The AGI debate will continue. Researchers will publish rebuttals. CEOs will make claims. You don’t need to wait for consensus. You can start using these systems today – if you design your workflows to compensate for what they can’t do.

Next step: pick one task you currently do manually that involves research + reasoning. Break it into 3-5 verifiable sub-tasks. Try running each sub-task through Claude, GPT-4, or o1 (o3 isn’t public yet, but o1 has similar reasoning characteristics). Verify each output before moving to the next step. See if the total time beats doing it yourself.

If it does, you’ve just found your first AGI-class use case. If it doesn’t, refine the decomposition and try again.

FAQ

Has AGI actually arrived, or is this just hype?

Depends on your definition. Huang uses an economic lens (can it build a billion-dollar company?). Traditional AI researchers use a cognitive lens (can it match human intelligence across all domains?). By Huang’s narrow definition, arguably yes – models can generate viral apps. By the cognitive definition, no – o3 still fails on easy tasks and can’t autonomously run a complex organization. The practical answer: the capabilities took a real leap, but calling it “AGI” is more marketing than science.

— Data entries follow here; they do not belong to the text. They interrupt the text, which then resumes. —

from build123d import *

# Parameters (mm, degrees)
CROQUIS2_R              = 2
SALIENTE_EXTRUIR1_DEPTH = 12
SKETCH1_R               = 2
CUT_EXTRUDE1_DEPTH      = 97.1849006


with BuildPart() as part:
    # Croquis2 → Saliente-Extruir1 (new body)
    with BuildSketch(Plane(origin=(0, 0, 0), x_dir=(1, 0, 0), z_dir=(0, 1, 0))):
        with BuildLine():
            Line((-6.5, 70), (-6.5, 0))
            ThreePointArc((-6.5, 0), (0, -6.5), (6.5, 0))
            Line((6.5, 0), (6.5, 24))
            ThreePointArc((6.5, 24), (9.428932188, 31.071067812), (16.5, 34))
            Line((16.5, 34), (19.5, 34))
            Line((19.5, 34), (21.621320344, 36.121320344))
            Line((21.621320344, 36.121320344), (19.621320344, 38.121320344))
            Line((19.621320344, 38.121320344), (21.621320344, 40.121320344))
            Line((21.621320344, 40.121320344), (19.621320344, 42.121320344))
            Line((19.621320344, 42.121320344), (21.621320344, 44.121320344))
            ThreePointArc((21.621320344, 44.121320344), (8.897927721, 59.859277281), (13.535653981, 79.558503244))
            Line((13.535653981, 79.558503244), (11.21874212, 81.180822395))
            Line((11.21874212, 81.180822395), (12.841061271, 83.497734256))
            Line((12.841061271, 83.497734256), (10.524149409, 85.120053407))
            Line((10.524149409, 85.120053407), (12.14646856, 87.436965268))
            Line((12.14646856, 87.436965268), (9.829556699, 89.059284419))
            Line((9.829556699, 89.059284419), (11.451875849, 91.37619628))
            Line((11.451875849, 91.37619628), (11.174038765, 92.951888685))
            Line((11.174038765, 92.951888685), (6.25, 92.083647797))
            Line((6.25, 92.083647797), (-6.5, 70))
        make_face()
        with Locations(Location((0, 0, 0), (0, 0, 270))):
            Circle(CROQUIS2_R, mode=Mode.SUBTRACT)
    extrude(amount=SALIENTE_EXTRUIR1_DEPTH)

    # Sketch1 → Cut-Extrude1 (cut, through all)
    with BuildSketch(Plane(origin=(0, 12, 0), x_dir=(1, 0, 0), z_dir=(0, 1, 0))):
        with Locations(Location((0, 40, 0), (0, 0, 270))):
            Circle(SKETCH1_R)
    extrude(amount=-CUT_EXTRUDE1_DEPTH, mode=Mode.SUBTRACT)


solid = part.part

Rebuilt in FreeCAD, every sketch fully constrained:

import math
import FreeCAD as App
import Part
import Sketcher

V = App.Vector
Q = App.Units.Quantity

doc = App.newDocument("Part")
body = doc.addObject("PartDesign::Body", "Body")

# Sketch on XZ plane
sketch1 = body.newObject("Sketcher::SketchObject", "Sketch")
sketch1.AttachmentSupport = (doc.getObject("XZ_Plane"), [""])
sketch1.MapMode = "FlatFace"
sketch1.addGeometry([
    Part.LineSegment(V(-6.5, -70, 0), V(-6.5, 0, 0)),  # 0
    Part.ArcOfCircle(Part.Circle(V(0, 0, 0), V(0, 0, 1), 6.5), math.radians(0), math.radians(180)),  # 1
    Part.LineSegment(V(6.5, 0, 0), V(6.5, -24, 0)),  # 2
    Part.ArcOfCircle(Part.Circle(V(16.5, -24, 0), V(0, 0, 1), 10), math.radians(180), math.radians(270)),  # 3
    Part.LineSegment(V(16.5, -34, 0), V(19.5, -34, 0)),  # 4
    Part.LineSegment(V(19.5, -34, 0), V(21.6, -36.1, 0)),  # 5
    Part.LineSegment(V(21.6, -36.1, 0), V(19.6, -38.1, 0)),  # 6
    Part.LineSegment(V(19.6, -38.1, 0), V(21.6, -40.1, 0)),  # 7
    Part.LineSegment(V(21.6, -40.1, 0), V(19.6, -42.1, 0)),  # 8
    Part.LineSegment(V(19.6, -42.1, 0), V(21.6, -44.1, 0)),  # 9
    Part.ArcOfCircle(Part.Circle(V(31.3, -65, 0), V(0, 0, 1), 23), math.radians(115), math.radians(219)),  # 10
    Part.LineSegment(V(13.5, -79.6, 0), V(11.2, -81.2, 0)),  # 11
    Part.LineSegment(V(11.2, -81.2, 0), V(12.8, -83.5, 0)),  # 12
    Part.LineSegment(V(12.8, -83.5, 0), V(10.5, -85.1, 0)),  # 13
    Part.LineSegment(V(10.5, -85.1, 0), V(12.1, -87.4, 0)),  # 14
    Part.LineSegment(V(12.1, -87.4, 0), V(9.8, -89.1, 0)),  # 15
    Part.LineSegment(V(9.8, -89.1, 0), V(11.5, -91.4, 0)),  # 16
    Part.LineSegment(V(11.5, -91.4, 0), V(11.2, -93, 0)),  # 17
    Part.LineSegment(V(11.2, -93, 0), V(6.2, -92.1, 0)),  # 18
    Part.LineSegment(V(6.2, -92.1, 0), V(-6.5, -70, 0)),  # 19
    Part.Circle(V(0, 0, 0), V(0, 0, 1), 2),  # 20
], False)
sketch1.addConstraint([
    Sketcher.Constraint("Tangent", 0, 2, 1, 2),
    Sketcher.Constraint("Tangent", 1, 1, 2, 1),
    Sketcher.Constraint("Tangent", 2, 2, 3, 1),
    Sketcher.Constraint("Tangent", 3, 2, 4, 1),
    Sketcher.Constraint("Coincident", 4, 2, 5, 1),
    Sketcher.Constraint("Coincident", 5, 2, 6, 1),
    Sketcher.Constraint("Coincident", 6, 2, 7, 1),
    Sketcher.Constraint("Coincident", 7, 2, 8, 1),
    Sketcher.Constraint("Coincident", 8, 2, 9, 1),
    Sketcher.Constraint("Coincident", 9, 2, 10, 1),
    Sketcher.Constraint("Coincident", 10, 2, 11, 1),
    Sketcher.Constraint("Coincident", 11, 2, 12, 1),
    Sketcher.Constraint("Coincident", 12, 2, 13, 1),
    Sketcher.Constraint("Coincident", 13, 2, 14, 1),
    Sketcher.Constraint("Coincident", 14, 2, 15, 1),
    Sketcher.Constraint("Coincident", 15, 2, 16, 1),
    Sketcher.Constraint("Coincident", 16, 2, 17, 1),
    Sketcher.Constraint("Coincident", 17, 2, 18, 1),
    Sketcher.Constraint("Coincident", 18, 2, 19, 1),
    Sketcher.Constraint("Coincident", 19, 2, 0, 1),
    Sketcher.Constraint("Vertical", 0),
    Sketcher.Constraint("Vertical", 2),
    Sketcher.Constraint("Horizontal", 4),
    Sketcher.Constraint("Coincident", 1, 3, -1, 1),
    Sketcher.Constraint("Coincident", 20, 3, -1, 1),
    Sketcher.Constraint("Perpendicular", 5, 6),
    Sketcher.Constraint("Perpendicular", 6, 7),
    Sketcher.Constraint("Perpendicular", 7, 8),
    Sketcher.Constraint("Perpendicular", 8, 9),
    Sketcher.Constraint("Perpendicular", 11, 12),
    Sketcher.Constraint("Perpendicular", 12, 13),
    Sketcher.Constraint("Perpendicular", 13, 14),
    Sketcher.Constraint("Perpendicular", 14, 15),
    Sketcher.Constraint("Perpendicular", 15, 16),
    Sketcher.Constraint("Perpendicular", 17, 18),
    Sketcher.Constraint("Vertical", 5, 2, 7, 2),
    Sketcher.Constraint("Vertical", 6, 2, 8, 2),
    Sketcher.Constraint("Vertical", 7, 2, 9, 2),
    Sketcher.Constraint("Equal", 6, 7),
    Sketcher.Constraint("Equal", 9, 11),
    Sketcher.Constraint("Equal", 11, 12),
    Sketcher.Constraint("Equal", 12, 13),
    Sketcher.Constraint("Equal", 13, 14),
    Sketcher.Constraint("Equal", 14, 15),
    Sketcher.Constraint("Equal", 15, 16),
    Sketcher.Constraint("Diameter", 20, Q("4 mm")),
    Sketcher.Constraint("Radius", 3, Q("10 mm")),
    Sketcher.Constraint("Radius", 10, Q("23 mm")),
    Sketcher.Constraint("Radius", 1, Q("6.5 mm")),
    Sketcher.Constraint("DistanceX", 4, 1, 4, 2, Q("3 mm")),
    Sketcher.Constraint("DistanceY", 0, 1, 0, 2, Q("70 mm")),
    Sketcher.Constraint("DistanceY", 2, 2, 2, 1, Q("24 mm")),
    Sketcher.Constraint("Angle", 11, Q("-145 deg")),
    Sketcher.Constraint("Angle", 17, Q("-100 deg")),
    Sketcher.Constraint("Angle", 19, Q("120 deg")),
    Sketcher.Constraint("Distance", 5, Q("3 mm")),
    Sketcher.Constraint("Distance", 18, Q("5 mm")),
    Sketcher.Constraint("DistanceX", 6, 2, 5, 2, Q("2 mm")),
    Sketcher.Constraint("Distance", 17, Q("1.6 mm")),
    Sketcher.Constraint("Distance", 19, Q("25.5 mm")),
])
pad1 = body.newObject("PartDesign::Pad", "Pad")
pad1.Profile = sketch1
pad1.Length = 12
pad1.Reversed = True

# Sketch on XZ plane
sketch2 = body.newObject("Sketcher::SketchObject", "Sketch001")
sketch2.AttachmentSupport = (doc.getObject("XZ_Plane"), [""])
sketch2.MapMode = "FlatFace"
sketch2.AttachmentOffset = App.Placement(V(0, 0, -12), App.Rotation())
sketch2.addGeometry(Part.Circle(V(0, -40, 0), V(0, 0, 1), 2), False)
sketch2.addConstraint([
    Sketcher.Constraint("PointOnObject", 0, 3, -2),
    Sketcher.Constraint("Diameter", 0, Q("4 mm")),
    Sketcher.Constraint("DistanceY", 0, 3, -1, 1, Q("40 mm")),
])
pocket1 = body.newObject("PartDesign::Pocket", "Pocket")
pocket1.Profile = sketch2
pocket1.Type = "ThroughAll"
pocket1.Reversed = True

doc.recompute()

Should I wait for o3 to be released publicly, or can I use current models the same way?

o1 and Claude 3.5 Opus already have extended reasoning capabilities. You won’t get o3’s 87.5% ARC-AGI score, but you’ll get the same workflow benefits: multi-step reasoning, chain-of-thought transparency, ability to handle longer contexts. Start with what’s available. The techniques in this article apply to any reasoning-focused model. When o3 drops, you’ll already know how to use it effectively instead of learning from expensive mistakes.

What’s the single biggest mistake people make when using these “AGI-class” models?

Giving them end-to-end ownership of a task without verification checkpoints. The models are great at local reasoning (solving a specific sub-problem) but unreliable at global coherence (stitching 10 sub-problems into a correct final answer). If you let them run for 30 minutes unsupervised, you’ll get output that looks complete but contains subtle errors you won’t catch until it’s too late. Always decompose, verify, iterate. Never hand off and walk away.